Go work for Jamie Bissonnette and you'll feel the same way, 10x.


----------



## adamburgerdavis (Apr 2, 2012)

I don't doubt that there are people out their on Cheftalk that have worked under Bissonnette or Adria or Keller. I was just making a point that you can drool over cookbooks or menus or websites all you want but for a Chef to truly guide you and really be a "role model" that you need hands-on experience with them


----------



## veronporter (May 9, 2011)

Michel Bras!!!!


----------



## flipflopgirl (Jun 27, 2012)

Chef Ed.

He not only has a Wiki of recipes in his head, but can whip out a less expensive substitute AND shave a third of my prep time!

Plus the volunteer work he does with little sick kitties just melts my heart.

John Besh also rates way up on my list.

Chef Besh respects his ingredients, not straying too far from his southern Louisiana roots.
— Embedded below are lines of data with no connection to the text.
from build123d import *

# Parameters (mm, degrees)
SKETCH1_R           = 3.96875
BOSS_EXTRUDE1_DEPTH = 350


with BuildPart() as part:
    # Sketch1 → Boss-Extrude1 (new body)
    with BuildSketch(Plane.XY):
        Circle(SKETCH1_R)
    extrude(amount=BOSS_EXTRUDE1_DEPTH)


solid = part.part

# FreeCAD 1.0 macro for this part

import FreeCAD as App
import Part
import Sketcher
from FreeCAD import Vector

doc = App.newDocument("Part")
body = doc.addObject("PartDesign::Body", "Body")

# Sketch on XY plane
sketch1 = body.newObject("Sketcher::SketchObject", "Sketch")
sketch1.AttachmentSupport = (doc.getObject("XY_Plane"), [""])
sketch1.MapMode = "FlatFace"
sketch1.addGeometry(Part.Circle(Vector(0, 0, 0), Vector(0, 0, 1), 3.96875), False)
sketch1.addConstraint(Sketcher.Constraint("Coincident", 0, 3, -1, 1))
sketch1.addConstraint(Sketcher.Constraint("Diameter", 0, 7.9375))
pad1 = body.newObject("PartDesign::Pad", "Pad")
pad1.Profile = sketch1
pad1.Length = 350

doc.recompute()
His food "speaks" to me...and I listen!

mimi


----------



## mikeenplace (Feb 27, 2013)

AdamBurgerDavis said:


> Linecook854 makes an incredibly good point. Have you ever met Child? Adria? Bissonnette? Aizpitarte? While I agree you can learn an extraordinary amount from a plethora of chefs, true role models are the chefs you have worked with or for that don't take shortcuts, the ones that taste most every bite leaving their kitchens, the ones that can actually make you a better cook day in and day out. I have learned an immense amount from reading or watching people but it'll never replace the first time my chef showed me the magic of salt or acid in a dish. The right way to emulsify a butter sauce. Or even completely losing his mind over the quality of yellow squash that our profuse man brought us. He's the man I look up to and can learn from.


I agree with you both but maybe I wasn't clear in my topic. Those people haven't taught me anything AND probably never will. Doesn't mean they are any less inspiring then the list of chefs I've cooked under and learned from and aspired to be like. Perhaps I should have titled it "What Celebrity Chefs do You Like?", but at the same time the topic isn't "Which Uncredited Chefs or Dishwashers Do You Look Up To?". Metallica never meet the Beatles but Metallica is quoted as saying they inspired them. In the same token, I'm sure Metallica has role models that we will never know about. All matter of view point I suppose.


----------



## robo (Sep 3, 2012)

PATRICK O'CONNEL


----------



## squirrelrj (Feb 18, 2011)

AdamBurgerDavis said:


> I don't doubt that there are people out their on Cheftalk that have worked under Bissonnette or Adria or Keller. I was just making a point that you can drool over cookbooks or menus or websites all you want but for a Chef to truly guide you and really be a "role model" that you need hands-on experience with them


People can be role models to others without working for/with them, in their work ethic, attitudes, philosophy's, etc..


----------



## chefwriter (Oct 31, 2012)

Chefs I have met.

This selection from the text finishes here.